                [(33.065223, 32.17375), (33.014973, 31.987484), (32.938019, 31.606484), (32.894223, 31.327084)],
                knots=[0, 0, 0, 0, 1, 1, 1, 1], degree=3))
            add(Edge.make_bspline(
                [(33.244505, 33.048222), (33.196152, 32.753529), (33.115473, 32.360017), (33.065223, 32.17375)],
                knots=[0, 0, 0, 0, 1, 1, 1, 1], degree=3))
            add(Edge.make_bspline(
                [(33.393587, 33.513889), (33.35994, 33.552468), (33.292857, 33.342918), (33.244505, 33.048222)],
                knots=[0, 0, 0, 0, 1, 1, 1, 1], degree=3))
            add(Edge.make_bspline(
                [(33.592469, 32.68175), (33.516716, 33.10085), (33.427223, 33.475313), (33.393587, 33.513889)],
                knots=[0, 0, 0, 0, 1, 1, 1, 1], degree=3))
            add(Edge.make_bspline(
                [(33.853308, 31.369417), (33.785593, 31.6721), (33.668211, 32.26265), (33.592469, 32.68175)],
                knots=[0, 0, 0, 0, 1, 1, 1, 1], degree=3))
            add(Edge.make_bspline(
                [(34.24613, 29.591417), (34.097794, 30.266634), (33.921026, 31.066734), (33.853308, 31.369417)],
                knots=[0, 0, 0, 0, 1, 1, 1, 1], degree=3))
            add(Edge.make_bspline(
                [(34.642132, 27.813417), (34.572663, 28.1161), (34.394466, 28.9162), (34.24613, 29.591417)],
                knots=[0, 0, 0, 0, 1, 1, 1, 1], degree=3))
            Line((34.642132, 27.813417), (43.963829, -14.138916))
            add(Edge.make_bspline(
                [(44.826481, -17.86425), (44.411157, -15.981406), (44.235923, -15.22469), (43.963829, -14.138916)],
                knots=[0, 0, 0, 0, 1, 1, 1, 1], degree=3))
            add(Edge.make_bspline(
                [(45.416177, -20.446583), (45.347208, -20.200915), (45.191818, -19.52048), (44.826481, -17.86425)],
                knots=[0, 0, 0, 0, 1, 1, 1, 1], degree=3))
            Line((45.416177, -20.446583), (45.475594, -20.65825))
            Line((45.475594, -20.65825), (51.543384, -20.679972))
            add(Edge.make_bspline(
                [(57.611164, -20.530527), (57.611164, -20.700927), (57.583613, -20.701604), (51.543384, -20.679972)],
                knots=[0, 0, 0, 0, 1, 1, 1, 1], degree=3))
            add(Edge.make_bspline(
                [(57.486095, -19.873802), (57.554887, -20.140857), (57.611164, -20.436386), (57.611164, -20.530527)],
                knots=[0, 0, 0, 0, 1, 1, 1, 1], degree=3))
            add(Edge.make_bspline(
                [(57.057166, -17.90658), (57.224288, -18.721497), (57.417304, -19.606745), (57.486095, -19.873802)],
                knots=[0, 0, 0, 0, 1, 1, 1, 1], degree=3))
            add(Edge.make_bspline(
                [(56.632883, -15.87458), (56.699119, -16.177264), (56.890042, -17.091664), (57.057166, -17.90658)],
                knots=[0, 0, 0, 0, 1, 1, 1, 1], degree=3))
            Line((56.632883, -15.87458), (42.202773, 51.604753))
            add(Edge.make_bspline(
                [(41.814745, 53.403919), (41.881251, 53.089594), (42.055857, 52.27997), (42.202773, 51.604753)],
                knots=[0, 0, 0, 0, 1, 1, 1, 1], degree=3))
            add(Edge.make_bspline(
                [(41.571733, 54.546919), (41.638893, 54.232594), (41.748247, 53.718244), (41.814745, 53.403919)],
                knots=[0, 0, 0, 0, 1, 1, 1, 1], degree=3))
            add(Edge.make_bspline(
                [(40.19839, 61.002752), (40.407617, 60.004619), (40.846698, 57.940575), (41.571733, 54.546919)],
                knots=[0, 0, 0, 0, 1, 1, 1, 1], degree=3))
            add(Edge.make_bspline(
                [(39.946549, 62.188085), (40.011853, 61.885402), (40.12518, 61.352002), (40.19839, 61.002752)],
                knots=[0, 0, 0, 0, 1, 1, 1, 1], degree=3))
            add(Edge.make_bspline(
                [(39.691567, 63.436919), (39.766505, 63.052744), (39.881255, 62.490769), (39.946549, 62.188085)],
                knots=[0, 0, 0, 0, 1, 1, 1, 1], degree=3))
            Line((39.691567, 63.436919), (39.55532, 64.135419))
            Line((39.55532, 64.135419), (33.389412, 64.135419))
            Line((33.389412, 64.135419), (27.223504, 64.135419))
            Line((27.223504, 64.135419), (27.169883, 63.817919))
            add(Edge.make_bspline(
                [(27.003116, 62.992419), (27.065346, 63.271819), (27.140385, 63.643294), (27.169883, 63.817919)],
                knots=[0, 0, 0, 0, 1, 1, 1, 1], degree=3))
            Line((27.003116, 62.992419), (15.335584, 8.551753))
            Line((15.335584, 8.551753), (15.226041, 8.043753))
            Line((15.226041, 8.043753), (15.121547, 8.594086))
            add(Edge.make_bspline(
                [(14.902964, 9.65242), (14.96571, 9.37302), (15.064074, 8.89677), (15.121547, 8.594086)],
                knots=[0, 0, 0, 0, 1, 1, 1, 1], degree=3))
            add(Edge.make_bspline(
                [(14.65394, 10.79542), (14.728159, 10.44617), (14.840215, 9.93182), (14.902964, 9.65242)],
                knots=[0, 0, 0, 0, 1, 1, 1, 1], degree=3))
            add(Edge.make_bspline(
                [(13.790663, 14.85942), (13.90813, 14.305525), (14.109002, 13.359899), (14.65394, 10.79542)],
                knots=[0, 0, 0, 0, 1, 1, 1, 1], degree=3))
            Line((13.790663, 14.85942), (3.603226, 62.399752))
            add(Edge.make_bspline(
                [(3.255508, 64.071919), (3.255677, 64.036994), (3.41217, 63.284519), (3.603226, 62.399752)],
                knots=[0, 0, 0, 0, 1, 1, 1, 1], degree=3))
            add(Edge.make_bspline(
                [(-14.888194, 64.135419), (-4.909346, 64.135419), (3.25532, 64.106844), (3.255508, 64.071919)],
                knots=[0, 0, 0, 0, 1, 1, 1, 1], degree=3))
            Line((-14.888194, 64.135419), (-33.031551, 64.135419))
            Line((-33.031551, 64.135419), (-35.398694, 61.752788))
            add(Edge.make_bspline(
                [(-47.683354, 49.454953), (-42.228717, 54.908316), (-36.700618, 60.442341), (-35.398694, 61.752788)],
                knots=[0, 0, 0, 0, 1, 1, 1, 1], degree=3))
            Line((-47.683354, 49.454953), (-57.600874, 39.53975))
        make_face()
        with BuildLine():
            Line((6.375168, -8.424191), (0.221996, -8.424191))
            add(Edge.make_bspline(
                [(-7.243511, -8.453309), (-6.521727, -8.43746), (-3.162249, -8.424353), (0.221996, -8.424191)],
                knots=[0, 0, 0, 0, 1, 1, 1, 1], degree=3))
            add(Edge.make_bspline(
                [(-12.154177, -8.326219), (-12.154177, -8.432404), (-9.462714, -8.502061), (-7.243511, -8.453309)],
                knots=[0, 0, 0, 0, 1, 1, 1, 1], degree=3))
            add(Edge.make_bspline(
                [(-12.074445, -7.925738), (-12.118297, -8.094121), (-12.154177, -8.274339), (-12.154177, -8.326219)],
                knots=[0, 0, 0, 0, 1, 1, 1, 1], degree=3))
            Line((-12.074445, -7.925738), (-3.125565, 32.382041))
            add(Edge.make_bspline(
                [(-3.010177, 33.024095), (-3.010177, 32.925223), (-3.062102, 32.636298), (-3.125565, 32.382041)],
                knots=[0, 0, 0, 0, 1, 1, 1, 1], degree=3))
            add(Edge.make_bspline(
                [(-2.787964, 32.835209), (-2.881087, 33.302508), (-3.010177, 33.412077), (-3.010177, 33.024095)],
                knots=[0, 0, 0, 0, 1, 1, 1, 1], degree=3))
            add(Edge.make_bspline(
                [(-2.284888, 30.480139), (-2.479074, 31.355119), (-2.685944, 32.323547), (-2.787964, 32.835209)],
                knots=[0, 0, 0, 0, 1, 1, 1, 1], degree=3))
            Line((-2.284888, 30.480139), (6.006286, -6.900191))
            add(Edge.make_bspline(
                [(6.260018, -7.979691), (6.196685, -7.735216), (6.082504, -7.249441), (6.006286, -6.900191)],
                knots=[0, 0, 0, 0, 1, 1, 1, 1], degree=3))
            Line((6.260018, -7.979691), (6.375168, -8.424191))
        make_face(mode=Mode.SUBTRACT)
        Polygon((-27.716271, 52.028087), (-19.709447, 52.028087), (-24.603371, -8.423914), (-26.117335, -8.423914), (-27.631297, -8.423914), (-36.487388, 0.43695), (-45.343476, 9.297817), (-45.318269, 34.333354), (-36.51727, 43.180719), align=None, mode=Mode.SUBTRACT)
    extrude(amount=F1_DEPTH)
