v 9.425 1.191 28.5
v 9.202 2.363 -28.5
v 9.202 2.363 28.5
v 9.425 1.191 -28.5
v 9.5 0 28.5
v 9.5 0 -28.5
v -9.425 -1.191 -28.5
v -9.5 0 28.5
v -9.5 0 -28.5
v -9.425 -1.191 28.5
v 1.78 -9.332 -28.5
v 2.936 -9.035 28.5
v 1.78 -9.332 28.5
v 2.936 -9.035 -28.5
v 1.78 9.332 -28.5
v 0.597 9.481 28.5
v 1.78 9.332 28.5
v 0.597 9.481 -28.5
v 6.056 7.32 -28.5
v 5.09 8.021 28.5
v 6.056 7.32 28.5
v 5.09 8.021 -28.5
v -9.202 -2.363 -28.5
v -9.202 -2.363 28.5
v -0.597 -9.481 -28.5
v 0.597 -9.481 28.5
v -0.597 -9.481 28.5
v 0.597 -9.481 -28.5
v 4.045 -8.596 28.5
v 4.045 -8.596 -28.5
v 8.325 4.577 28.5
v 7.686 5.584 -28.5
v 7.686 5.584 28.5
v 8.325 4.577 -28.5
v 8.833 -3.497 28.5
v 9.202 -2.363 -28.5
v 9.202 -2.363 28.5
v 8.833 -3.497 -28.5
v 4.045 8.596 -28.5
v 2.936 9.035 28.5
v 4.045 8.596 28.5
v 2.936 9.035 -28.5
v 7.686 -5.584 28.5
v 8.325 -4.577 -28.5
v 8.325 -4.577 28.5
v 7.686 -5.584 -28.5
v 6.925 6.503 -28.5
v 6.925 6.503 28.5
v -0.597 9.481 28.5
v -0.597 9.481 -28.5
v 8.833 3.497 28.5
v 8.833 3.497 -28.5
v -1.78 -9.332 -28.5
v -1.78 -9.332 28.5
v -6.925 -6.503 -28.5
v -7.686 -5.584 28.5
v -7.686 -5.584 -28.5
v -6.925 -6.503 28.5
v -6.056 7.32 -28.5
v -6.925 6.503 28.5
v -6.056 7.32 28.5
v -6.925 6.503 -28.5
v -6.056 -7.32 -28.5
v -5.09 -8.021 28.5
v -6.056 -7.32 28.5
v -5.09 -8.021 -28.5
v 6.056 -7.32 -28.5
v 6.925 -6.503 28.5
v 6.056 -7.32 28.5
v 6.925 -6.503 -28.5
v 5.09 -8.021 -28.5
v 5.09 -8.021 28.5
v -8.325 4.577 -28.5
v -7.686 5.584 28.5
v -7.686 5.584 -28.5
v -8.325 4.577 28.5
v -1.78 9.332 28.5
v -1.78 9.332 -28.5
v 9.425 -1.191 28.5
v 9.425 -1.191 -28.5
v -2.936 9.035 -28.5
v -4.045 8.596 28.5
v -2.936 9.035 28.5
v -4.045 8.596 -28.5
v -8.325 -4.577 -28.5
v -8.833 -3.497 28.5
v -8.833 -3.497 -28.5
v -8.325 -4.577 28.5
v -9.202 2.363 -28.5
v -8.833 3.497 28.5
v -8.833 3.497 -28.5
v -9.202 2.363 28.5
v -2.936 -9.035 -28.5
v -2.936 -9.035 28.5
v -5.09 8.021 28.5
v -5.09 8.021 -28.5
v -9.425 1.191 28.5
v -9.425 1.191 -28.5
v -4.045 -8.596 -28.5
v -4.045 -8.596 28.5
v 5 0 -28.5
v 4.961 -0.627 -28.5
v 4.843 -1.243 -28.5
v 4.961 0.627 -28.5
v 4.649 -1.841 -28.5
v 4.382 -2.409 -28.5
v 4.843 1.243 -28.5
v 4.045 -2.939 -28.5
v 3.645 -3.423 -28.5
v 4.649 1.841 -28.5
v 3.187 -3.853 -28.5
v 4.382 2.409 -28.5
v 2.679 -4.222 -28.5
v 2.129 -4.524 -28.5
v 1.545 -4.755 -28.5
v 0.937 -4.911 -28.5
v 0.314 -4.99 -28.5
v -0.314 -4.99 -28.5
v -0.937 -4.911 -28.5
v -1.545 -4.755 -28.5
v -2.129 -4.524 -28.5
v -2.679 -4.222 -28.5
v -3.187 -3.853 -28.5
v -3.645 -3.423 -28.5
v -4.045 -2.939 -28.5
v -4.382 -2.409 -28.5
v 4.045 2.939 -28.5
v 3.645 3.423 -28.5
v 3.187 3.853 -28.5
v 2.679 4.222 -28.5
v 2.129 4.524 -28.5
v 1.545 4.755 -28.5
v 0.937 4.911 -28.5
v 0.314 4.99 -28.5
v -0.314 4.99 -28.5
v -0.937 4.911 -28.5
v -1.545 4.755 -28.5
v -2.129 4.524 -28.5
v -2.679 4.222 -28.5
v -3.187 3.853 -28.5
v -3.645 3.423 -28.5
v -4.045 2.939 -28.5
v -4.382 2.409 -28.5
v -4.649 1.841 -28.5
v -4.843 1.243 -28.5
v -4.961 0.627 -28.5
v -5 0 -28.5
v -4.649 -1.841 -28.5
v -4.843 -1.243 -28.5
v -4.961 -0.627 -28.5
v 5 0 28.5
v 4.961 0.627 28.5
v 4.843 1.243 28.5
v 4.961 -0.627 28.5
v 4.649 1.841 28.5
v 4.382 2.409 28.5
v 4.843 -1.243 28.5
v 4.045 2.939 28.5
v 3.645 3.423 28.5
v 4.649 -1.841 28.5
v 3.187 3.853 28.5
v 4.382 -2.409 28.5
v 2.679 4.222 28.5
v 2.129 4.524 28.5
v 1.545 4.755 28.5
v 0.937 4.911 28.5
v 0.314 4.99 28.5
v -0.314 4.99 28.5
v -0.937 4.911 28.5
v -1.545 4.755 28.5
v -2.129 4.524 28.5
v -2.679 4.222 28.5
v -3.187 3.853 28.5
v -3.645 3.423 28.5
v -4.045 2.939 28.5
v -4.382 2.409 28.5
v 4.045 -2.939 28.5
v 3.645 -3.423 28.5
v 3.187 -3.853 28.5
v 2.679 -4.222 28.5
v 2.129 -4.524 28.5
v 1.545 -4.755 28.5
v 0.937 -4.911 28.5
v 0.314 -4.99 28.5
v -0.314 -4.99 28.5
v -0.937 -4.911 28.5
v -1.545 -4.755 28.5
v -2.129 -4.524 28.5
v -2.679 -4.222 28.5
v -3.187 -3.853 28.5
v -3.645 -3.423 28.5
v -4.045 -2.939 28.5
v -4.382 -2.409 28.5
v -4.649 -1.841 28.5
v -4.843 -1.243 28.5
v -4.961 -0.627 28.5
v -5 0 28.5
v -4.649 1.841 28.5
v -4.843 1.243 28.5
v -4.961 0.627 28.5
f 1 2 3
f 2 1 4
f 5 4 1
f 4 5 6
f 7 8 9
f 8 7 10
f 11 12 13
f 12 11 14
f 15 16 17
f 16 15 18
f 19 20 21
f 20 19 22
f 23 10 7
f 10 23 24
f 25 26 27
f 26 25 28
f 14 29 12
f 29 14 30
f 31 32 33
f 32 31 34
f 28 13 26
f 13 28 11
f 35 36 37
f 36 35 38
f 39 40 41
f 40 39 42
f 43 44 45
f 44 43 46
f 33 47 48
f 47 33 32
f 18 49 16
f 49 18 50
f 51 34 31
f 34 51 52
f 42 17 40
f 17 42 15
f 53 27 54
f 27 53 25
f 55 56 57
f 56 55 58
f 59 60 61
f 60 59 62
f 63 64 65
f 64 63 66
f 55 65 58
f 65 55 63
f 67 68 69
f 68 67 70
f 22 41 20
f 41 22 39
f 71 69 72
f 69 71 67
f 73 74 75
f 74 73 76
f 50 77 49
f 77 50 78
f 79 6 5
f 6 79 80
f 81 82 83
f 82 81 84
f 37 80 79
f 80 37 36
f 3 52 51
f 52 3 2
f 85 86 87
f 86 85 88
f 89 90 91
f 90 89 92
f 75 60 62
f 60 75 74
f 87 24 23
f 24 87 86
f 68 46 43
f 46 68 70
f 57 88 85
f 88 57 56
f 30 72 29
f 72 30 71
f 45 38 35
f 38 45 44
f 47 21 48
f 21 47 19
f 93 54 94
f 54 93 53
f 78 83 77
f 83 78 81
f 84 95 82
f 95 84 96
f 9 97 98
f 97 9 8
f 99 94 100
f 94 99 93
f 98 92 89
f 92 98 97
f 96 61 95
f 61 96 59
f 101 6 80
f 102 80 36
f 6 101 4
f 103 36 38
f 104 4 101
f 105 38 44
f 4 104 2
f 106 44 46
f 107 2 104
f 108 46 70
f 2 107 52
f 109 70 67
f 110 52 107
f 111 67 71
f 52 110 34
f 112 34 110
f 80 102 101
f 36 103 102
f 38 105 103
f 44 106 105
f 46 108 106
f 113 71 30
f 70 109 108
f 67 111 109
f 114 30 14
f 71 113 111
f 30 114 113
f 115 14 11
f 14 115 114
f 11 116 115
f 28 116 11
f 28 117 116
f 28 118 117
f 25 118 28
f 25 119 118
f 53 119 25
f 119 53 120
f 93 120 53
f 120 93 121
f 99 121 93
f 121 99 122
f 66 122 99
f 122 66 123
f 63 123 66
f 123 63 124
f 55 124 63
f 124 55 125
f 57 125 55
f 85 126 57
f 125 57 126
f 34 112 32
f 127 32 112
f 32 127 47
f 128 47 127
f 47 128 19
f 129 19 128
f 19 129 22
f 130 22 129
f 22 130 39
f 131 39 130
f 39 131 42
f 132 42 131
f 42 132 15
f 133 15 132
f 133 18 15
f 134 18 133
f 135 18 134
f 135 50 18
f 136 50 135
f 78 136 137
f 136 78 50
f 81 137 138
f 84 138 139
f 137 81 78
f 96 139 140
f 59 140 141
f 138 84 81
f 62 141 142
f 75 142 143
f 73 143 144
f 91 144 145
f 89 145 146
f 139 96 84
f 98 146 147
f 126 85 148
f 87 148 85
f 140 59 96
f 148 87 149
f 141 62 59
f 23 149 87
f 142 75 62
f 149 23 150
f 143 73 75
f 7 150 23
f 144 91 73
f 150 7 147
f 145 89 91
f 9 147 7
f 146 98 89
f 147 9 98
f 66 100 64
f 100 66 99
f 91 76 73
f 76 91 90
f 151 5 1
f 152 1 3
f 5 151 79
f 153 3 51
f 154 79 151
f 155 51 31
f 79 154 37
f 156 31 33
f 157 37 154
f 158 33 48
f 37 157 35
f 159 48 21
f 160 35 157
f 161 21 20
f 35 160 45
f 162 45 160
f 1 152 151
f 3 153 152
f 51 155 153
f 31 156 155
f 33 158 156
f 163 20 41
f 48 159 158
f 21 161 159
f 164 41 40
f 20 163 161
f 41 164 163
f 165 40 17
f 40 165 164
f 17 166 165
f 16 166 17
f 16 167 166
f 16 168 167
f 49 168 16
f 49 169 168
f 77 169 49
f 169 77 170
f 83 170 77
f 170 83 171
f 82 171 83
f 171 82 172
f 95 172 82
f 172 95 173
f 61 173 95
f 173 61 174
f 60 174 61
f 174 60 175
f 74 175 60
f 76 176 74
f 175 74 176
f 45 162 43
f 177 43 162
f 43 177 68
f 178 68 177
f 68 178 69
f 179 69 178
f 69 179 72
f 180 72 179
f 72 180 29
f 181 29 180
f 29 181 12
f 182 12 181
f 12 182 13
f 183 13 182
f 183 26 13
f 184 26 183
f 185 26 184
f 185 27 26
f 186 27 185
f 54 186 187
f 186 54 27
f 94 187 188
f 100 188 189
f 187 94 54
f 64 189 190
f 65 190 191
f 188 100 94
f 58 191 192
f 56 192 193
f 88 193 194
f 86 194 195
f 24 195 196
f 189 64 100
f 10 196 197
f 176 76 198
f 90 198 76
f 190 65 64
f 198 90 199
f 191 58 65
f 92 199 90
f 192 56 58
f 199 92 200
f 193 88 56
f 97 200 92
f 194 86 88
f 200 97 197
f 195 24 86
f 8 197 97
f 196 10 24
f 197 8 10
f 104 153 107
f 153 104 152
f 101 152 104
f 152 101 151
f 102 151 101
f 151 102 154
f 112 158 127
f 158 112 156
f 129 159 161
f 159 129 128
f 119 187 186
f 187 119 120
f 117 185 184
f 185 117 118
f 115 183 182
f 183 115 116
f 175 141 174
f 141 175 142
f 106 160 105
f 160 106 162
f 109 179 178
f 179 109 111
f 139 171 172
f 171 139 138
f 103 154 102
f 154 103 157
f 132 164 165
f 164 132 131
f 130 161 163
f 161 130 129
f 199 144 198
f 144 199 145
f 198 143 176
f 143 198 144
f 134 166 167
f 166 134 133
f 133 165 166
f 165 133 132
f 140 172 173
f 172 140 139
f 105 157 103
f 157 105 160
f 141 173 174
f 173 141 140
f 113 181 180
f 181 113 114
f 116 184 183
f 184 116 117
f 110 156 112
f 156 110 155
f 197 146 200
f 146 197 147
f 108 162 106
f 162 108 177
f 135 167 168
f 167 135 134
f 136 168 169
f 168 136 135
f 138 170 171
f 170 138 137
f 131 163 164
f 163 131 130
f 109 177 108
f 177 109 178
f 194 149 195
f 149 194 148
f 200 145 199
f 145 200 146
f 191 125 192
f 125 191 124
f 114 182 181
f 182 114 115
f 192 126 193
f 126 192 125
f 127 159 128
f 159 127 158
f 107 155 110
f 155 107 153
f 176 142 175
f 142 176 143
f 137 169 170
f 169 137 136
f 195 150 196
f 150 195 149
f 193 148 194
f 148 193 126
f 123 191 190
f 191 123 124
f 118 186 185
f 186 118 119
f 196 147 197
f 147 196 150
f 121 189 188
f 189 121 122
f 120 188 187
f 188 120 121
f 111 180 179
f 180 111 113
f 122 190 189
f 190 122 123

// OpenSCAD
$fn = 50;


difference() {
	union() {
		translate(v = [0, 0, -28.5000000000]) {
			cylinder(h = 57, r = 9.5000000000);
		}
	}
	union() {
		translate(v = [0, 0, -100.0000000000]) {
			cylinder(h = 200, r = 5.0000000000);
		}
	}
}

# # # #

*Exercise*.
Working from the material above, retype exactly the lines from the one with "v 2.129 4.524 -28.5" through the one with "v 3.187 3.853 28.5", both included, and only those lines.

*Result of the task*.
v 2.129 4.524 -28.5
v 1.545 4.755 -28.5
v 0.937 4.911 -28.5
v 0.314 4.99 -28.5
v -0.314 4.99 -28.5
v -0.937 4.911 -28.5
v -1.545 4.755 -28.5
v -2.129 4.524 -28.5
v -2.679 4.222 -28.5
v -3.187 3.853 -28.5
v -3.645 3.423 -28.5
v -4.045 2.939 -28.5
v -4.382 2.409 -28.5
v -4.649 1.841 -28.5
v -4.843 1.243 -28.5
v -4.961 0.627 -28.5
v -5 0 -28.5
v -4.649 -1.841 -28.5
v -4.843 -1.243 -28.5
v -4.961 -0.627 -28.5
v 5 0 28.5
v 4.961 0.627 28.5
v 4.843 1.243 28.5
v 4.961 -0.627 28.5
v 4.649 1.841 28.5
v 4.382 2.409 28.5
v 4.843 -1.243 28.5
v 4.045 2.939 28.5
v 3.645 3.423 28.5
v 4.649 -1.841 28.5
v 3.187 3.853 28.5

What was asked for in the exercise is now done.